(Stored items)
»»

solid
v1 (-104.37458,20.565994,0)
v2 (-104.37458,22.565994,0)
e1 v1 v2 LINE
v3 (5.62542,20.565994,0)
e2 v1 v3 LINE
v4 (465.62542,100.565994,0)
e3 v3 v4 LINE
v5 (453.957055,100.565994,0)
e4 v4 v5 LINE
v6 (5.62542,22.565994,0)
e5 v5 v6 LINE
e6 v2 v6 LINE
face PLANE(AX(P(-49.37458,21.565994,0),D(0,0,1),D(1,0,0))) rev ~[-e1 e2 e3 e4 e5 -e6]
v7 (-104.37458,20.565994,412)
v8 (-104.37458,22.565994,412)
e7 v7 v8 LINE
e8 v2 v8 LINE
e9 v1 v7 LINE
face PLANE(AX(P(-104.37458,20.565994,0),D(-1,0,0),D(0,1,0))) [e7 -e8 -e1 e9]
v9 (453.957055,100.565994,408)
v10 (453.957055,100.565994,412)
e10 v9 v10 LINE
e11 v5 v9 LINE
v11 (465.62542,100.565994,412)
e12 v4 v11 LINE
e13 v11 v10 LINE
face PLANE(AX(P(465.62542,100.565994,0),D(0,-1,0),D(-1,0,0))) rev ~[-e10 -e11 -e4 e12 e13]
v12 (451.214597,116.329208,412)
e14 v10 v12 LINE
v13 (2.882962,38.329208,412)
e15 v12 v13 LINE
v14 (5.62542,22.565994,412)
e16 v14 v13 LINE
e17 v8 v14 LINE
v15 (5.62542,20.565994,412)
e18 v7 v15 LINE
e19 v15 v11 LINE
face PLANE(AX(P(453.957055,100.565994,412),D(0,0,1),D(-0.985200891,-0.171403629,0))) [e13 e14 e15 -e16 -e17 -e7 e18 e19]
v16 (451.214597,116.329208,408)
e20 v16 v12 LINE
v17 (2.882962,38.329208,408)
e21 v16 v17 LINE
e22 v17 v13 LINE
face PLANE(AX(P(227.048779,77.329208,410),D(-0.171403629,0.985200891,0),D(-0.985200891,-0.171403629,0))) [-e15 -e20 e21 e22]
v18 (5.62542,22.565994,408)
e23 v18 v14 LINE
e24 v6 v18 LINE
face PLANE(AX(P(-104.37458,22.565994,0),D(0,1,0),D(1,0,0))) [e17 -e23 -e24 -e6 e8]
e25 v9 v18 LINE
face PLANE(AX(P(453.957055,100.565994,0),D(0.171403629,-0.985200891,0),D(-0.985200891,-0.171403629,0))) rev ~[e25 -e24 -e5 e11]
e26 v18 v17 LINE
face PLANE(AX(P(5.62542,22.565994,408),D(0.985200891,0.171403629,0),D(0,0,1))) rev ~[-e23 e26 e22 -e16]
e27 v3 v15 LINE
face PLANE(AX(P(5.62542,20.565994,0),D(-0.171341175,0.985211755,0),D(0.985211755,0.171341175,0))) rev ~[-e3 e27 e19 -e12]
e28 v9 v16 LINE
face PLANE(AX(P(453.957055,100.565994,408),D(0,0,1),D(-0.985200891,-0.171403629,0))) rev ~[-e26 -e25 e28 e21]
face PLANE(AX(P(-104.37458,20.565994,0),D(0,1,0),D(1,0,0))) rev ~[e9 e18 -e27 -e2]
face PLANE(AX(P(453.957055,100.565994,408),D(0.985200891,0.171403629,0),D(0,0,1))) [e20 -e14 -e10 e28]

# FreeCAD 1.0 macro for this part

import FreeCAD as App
import Part
import Sketcher
Q = App.Units.Quantity


def add_polygon(sketch, points):
    """Adds a closed chain of lines whose ends are joined by coincident constraints."""
    first, n = sketch.GeometryCount, len(points)
    for a, b in zip(points, points[1:] + points[:1]):
        sketch.addGeometry(Part.LineSegment(App.Vector(*a, 0), App.Vector(*b, 0)), False)
    for i in range(n):
        sketch.addConstraint(Sketcher.Constraint("Coincident", first + i, 2, first + (i + 1) % n, 1))

doc = App.newDocument("Part")
body = doc.addObject("PartDesign::Body", "Body")

# Sketch on XY plane
sketch1 = body.newObject("Sketcher::SketchObject", "Sketch")
sketch1.AttachmentSupport = (doc.getObject("XY_Plane"), [""])
sketch1.MapMode = "FlatFace"
add_polygon(sketch1, [(-104.37458, 22.565994), (-104.37458, 20.565994), (5.62542, 20.565994), (465.62542, 100.565994), (453.957055, 100.565994), (5.62542, 22.565994)])  # lines 0-5
sketch1.addConstraint(Sketcher.Constraint("Vertical", 0))
sketch1.addConstraint(Sketcher.Constraint("Horizontal", 1))
sketch1.addConstraint(Sketcher.Constraint("Horizontal", 3))
sketch1.addConstraint(Sketcher.Constraint("Horizontal", 5))
sketch1.addConstraint(Sketcher.Constraint("Vertical", 1, 2, 4, 2))
sketch1.addConstraint(Sketcher.Constraint("DistanceX", 1, 1, 1, 2, Q("110 mm")))
sketch1.addConstraint(Sketcher.Constraint("DistanceY", 0, 2, 0, 1, Q("2 mm")))
sketch1.addConstraint(Sketcher.Constraint("DistanceX", 1, 2, 2, 2, Q("460 mm")))
sketch1.addConstraint(Sketcher.Constraint("DistanceY", 1, 2, 2, 2, Q("80 mm")))
sketch1.addConstraint(Sketcher.Constraint("Distance", 4, Q("455.06621 mm")))
sketch1.addConstraint(Sketcher.Constraint("DistanceX", 0, 2, -1, 1, Q("104.37458 mm")))
sketch1.addConstraint(Sketcher.Constraint("DistanceY", -1, 1, 0, 2, Q("20.565994 mm")))
pad1 = body.newObject("PartDesign::Pad", "Pad")
pad1.Profile = sketch1
pad1.Length = 412

# Sketch on an angled plane
sketch2 = body.newObject("Sketcher::SketchObject", "Sketch001")
sketch2.Placement = App.Placement(App.Vector(-3.645382, 20.953075, 0), App.Rotation(App.Vector(-0.985200891, -0.171403629, 0), App.Vector(0, 0, 1), App.Vector(-0.171403629, 0.985200891, 0), "ZXY"))
add_polygon(sketch2, [(-464.476272, 412), (-464.476272, 408), (-9.410062, 408), (-9.410062, 412)])  # lines 0-3
sketch2.addConstraint(Sketcher.Constraint("Vertical", 0))
sketch2.addConstraint(Sketcher.Constraint("Horizontal", 1))
sketch2.addConstraint(Sketcher.Constraint("Vertical", 2))
sketch2.addConstraint(Sketcher.Constraint("Horizontal", 3))
sketch2.addConstraint(Sketcher.Constraint("DistanceY", 0, 2, 0, 1, Q("4 mm")))
sketch2.addConstraint(Sketcher.Constraint("DistanceY", -1, 1, 0, 2, Q("408 mm")))
sketch2.addConstraint(Sketcher.Constraint("DistanceX", 1, 1, 1, 2, Q("455.06621 mm")))
sketch2.addConstraint(Sketcher.Constraint("DistanceX", 0, 2, -1, 1, Q("464.476272 mm")))
pad2 = body.newObject("PartDesign::Pad", "Pad001")
pad2.Profile = sketch2
pad2.Length = 16

doc.recompute()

««

• **WHAT YOU NEED TO DO**
Beginning at the first line above, repeat exactly until the line containing "e7 v7 v8 LINE", which is included.

• **SOLUTION TO THIS PROBLEM**
solid
v1 (-104.37458,20.565994,0)
v2 (-104.37458,22.565994,0)
e1 v1 v2 LINE
v3 (5.62542,20.565994,0)
e2 v1 v3 LINE
v4 (465.62542,100.565994,0)
e3 v3 v4 LINE
v5 (453.957055,100.565994,0)
e4 v4 v5 LINE
v6 (5.62542,22.565994,0)
e5 v5 v6 LINE
e6 v2 v6 LINE
face PLANE(AX(P(-49.37458,21.565994,0),D(0,0,1),D(1,0,0))) rev ~[-e1 e2 e3 e4 e5 -e6]
v7 (-104.37458,20.565994,412)
v8 (-104.37458,22.565994,412)
e7 v7 v8 LINE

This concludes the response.